▸ **Aim of the task**:
Find every line below where the word "align" occurs. Then say how many there are, giving only the number.

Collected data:

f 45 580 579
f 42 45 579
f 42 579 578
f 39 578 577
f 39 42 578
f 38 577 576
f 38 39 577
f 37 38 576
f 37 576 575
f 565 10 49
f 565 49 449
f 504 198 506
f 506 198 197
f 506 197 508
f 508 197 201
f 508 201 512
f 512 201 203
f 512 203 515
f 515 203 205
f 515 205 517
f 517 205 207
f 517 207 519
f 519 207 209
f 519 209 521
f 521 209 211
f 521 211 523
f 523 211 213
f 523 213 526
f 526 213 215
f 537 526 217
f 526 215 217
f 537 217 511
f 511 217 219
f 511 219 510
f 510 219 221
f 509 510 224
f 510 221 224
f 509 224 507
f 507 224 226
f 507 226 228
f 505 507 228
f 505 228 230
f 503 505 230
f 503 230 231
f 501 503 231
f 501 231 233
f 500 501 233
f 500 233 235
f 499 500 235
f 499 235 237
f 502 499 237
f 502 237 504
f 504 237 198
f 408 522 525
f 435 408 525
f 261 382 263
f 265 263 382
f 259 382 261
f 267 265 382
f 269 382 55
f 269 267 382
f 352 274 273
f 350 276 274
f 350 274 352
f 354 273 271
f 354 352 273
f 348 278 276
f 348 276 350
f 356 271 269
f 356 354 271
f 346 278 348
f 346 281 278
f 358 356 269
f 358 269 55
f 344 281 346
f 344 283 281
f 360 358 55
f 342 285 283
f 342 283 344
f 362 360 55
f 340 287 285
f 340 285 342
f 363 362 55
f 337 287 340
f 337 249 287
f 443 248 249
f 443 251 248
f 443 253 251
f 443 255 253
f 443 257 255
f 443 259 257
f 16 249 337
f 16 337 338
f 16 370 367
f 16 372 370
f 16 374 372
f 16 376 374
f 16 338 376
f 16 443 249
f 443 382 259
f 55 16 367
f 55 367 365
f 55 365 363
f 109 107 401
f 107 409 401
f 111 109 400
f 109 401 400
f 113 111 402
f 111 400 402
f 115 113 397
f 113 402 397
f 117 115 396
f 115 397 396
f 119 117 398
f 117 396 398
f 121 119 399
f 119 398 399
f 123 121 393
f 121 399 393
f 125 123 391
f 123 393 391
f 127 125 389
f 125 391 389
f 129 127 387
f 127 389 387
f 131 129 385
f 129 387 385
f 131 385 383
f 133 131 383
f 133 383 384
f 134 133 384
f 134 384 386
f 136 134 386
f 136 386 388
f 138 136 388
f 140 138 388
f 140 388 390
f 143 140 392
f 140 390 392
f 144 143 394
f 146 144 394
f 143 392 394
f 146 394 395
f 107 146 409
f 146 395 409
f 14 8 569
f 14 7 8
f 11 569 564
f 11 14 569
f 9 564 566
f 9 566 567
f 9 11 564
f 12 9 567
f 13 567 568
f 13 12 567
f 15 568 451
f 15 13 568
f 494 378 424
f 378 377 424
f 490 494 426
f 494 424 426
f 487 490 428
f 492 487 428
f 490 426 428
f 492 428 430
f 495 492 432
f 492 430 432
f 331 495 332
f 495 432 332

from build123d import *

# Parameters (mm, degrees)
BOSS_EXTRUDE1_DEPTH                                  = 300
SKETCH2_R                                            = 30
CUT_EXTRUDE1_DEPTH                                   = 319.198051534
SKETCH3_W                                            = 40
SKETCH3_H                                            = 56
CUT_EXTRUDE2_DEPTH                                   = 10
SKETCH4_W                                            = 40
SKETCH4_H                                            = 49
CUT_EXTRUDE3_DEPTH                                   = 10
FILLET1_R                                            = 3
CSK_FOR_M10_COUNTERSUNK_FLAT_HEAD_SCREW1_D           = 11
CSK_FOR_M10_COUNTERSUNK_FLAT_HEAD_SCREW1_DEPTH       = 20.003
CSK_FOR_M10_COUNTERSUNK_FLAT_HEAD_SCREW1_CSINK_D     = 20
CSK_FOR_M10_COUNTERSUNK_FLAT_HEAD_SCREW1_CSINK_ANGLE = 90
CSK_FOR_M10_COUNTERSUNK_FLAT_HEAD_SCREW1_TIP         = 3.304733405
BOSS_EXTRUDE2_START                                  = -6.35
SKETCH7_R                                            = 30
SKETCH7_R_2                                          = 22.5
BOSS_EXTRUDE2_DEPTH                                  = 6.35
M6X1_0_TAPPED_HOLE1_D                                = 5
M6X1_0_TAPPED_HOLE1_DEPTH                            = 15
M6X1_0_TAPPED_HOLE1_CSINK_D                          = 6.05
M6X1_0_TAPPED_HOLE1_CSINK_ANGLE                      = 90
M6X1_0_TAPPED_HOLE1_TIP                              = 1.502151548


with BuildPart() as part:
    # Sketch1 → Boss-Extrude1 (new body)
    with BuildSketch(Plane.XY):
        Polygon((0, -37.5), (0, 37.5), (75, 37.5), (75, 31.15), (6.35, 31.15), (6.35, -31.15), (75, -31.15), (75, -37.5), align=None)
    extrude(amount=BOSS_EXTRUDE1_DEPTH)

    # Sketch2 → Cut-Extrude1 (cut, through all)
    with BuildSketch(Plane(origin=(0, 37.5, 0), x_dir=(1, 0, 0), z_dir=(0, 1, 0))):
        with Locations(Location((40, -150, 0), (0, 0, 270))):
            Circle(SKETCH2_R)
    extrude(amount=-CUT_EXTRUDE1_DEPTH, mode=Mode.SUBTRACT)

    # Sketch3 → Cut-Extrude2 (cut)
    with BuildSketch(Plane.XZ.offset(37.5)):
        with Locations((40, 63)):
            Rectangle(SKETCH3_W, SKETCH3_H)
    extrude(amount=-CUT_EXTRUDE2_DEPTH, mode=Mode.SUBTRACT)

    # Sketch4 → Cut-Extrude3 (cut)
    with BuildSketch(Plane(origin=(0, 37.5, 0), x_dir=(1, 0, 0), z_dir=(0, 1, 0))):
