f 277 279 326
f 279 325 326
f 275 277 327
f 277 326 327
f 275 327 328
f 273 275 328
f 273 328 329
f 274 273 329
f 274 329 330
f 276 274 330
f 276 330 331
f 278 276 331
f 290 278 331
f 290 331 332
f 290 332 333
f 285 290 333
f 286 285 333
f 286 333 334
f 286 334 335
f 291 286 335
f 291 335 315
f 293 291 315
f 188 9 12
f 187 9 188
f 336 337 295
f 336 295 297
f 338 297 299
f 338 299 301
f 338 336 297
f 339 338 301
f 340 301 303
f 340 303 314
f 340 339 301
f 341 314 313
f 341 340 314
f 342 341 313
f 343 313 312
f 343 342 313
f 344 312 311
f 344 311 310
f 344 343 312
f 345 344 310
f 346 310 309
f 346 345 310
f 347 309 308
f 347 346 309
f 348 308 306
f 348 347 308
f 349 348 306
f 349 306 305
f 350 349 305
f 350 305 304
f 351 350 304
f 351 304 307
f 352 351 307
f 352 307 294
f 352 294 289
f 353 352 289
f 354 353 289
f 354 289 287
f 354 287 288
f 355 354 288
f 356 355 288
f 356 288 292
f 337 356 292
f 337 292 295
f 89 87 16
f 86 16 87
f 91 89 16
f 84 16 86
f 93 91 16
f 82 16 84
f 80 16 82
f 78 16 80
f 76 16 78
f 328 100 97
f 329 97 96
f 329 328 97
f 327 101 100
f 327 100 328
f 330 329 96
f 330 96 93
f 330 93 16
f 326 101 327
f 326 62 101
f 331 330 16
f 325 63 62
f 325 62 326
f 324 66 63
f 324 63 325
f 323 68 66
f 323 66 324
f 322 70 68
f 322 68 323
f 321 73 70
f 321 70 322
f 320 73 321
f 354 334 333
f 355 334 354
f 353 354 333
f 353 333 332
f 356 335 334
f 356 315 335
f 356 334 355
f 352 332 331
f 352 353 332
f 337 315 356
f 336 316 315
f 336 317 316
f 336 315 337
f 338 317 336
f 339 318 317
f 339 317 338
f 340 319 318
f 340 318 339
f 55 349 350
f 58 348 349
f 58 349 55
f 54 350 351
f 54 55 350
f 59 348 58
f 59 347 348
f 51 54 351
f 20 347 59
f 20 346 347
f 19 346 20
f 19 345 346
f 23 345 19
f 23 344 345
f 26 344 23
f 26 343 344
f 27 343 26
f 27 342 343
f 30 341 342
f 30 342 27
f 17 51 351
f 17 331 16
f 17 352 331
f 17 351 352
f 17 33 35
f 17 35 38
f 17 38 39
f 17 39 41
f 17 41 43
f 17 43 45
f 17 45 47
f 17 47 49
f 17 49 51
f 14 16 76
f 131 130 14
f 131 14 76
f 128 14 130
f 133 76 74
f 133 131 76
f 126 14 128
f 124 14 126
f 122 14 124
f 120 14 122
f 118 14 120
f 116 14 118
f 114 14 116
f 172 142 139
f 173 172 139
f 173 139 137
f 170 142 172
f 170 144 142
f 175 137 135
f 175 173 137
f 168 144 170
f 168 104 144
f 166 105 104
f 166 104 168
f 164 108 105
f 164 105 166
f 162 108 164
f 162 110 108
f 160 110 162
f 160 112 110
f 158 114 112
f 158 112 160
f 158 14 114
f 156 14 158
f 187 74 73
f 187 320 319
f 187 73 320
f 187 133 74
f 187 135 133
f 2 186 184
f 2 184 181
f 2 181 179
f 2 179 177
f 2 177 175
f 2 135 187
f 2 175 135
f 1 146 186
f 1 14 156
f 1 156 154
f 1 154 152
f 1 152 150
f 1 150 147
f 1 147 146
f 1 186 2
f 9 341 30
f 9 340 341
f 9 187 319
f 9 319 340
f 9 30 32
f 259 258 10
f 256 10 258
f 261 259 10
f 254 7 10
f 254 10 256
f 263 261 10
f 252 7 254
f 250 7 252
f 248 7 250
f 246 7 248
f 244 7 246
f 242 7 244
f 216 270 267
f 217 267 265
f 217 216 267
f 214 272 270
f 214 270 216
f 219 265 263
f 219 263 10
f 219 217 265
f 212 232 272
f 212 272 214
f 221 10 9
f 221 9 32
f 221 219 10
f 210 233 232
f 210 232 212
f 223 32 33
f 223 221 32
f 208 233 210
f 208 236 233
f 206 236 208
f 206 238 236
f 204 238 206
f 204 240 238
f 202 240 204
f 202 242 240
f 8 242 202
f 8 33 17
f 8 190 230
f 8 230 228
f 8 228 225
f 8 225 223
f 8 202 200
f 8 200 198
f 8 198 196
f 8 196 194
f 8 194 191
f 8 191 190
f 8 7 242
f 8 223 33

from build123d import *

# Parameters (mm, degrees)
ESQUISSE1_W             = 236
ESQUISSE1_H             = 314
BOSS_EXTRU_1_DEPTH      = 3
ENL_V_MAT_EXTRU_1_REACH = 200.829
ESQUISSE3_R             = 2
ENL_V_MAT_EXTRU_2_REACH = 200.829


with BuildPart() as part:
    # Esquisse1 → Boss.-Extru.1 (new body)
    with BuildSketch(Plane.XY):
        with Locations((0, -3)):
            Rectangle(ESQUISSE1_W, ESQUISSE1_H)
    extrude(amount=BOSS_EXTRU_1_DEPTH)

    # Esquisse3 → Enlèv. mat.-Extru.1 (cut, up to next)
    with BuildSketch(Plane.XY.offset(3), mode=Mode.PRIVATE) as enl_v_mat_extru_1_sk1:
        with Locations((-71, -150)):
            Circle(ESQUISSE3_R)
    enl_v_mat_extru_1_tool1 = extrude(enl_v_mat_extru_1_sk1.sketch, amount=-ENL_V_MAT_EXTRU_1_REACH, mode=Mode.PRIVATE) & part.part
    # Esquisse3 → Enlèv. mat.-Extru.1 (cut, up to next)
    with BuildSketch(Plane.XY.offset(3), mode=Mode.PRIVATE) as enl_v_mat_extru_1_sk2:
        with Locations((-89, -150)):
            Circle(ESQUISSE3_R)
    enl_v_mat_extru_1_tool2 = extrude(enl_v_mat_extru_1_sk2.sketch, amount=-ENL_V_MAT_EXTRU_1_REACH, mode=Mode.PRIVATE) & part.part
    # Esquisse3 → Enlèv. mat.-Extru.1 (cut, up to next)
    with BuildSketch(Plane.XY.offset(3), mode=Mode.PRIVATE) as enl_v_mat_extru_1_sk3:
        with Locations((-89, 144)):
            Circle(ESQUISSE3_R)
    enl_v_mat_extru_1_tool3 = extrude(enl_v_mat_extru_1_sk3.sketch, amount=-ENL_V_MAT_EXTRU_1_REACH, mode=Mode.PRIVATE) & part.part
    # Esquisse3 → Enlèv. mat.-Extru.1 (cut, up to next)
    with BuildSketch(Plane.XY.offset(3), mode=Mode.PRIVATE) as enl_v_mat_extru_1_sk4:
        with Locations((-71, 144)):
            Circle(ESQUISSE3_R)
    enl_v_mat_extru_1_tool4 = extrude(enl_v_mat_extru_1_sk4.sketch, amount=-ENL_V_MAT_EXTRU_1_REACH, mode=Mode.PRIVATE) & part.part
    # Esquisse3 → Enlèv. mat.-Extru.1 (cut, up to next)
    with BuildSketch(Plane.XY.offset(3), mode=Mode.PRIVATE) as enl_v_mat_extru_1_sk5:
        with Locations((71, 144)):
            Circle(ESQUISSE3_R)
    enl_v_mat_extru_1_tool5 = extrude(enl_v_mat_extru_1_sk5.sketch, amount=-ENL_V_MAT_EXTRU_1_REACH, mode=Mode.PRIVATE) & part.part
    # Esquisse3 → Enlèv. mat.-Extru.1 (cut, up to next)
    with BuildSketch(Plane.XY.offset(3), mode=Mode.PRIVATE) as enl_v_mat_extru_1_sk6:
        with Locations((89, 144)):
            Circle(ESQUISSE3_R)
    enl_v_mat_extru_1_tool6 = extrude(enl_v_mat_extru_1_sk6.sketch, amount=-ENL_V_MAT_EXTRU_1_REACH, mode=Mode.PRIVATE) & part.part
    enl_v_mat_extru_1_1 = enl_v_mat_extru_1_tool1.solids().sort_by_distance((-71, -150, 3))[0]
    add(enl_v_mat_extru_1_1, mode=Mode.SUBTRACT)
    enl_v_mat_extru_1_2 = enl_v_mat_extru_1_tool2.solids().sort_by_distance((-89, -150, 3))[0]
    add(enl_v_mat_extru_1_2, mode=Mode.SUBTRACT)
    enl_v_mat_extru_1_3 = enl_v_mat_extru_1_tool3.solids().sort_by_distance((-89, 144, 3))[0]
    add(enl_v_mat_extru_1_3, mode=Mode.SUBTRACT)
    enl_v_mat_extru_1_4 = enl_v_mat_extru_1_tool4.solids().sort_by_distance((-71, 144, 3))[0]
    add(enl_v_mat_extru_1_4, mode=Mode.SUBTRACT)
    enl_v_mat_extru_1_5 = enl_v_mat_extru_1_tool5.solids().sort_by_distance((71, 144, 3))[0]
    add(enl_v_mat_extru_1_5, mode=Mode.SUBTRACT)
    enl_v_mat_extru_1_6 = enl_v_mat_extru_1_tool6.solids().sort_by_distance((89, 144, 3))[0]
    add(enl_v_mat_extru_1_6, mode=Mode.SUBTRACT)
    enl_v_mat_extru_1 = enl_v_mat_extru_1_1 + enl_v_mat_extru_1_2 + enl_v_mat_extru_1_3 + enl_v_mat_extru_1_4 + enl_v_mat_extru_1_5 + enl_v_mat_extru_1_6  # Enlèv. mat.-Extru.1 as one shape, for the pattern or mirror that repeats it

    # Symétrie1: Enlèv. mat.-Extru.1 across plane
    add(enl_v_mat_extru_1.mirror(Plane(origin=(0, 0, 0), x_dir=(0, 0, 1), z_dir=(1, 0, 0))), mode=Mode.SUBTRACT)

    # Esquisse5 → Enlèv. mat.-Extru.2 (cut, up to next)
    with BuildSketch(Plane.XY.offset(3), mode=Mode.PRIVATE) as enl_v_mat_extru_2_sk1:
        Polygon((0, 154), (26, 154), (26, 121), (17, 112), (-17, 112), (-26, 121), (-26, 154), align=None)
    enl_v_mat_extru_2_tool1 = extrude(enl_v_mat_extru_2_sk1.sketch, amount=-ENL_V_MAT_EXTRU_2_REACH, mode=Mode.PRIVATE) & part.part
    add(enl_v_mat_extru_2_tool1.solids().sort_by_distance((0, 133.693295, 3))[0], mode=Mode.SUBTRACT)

▸ **Your response**:
2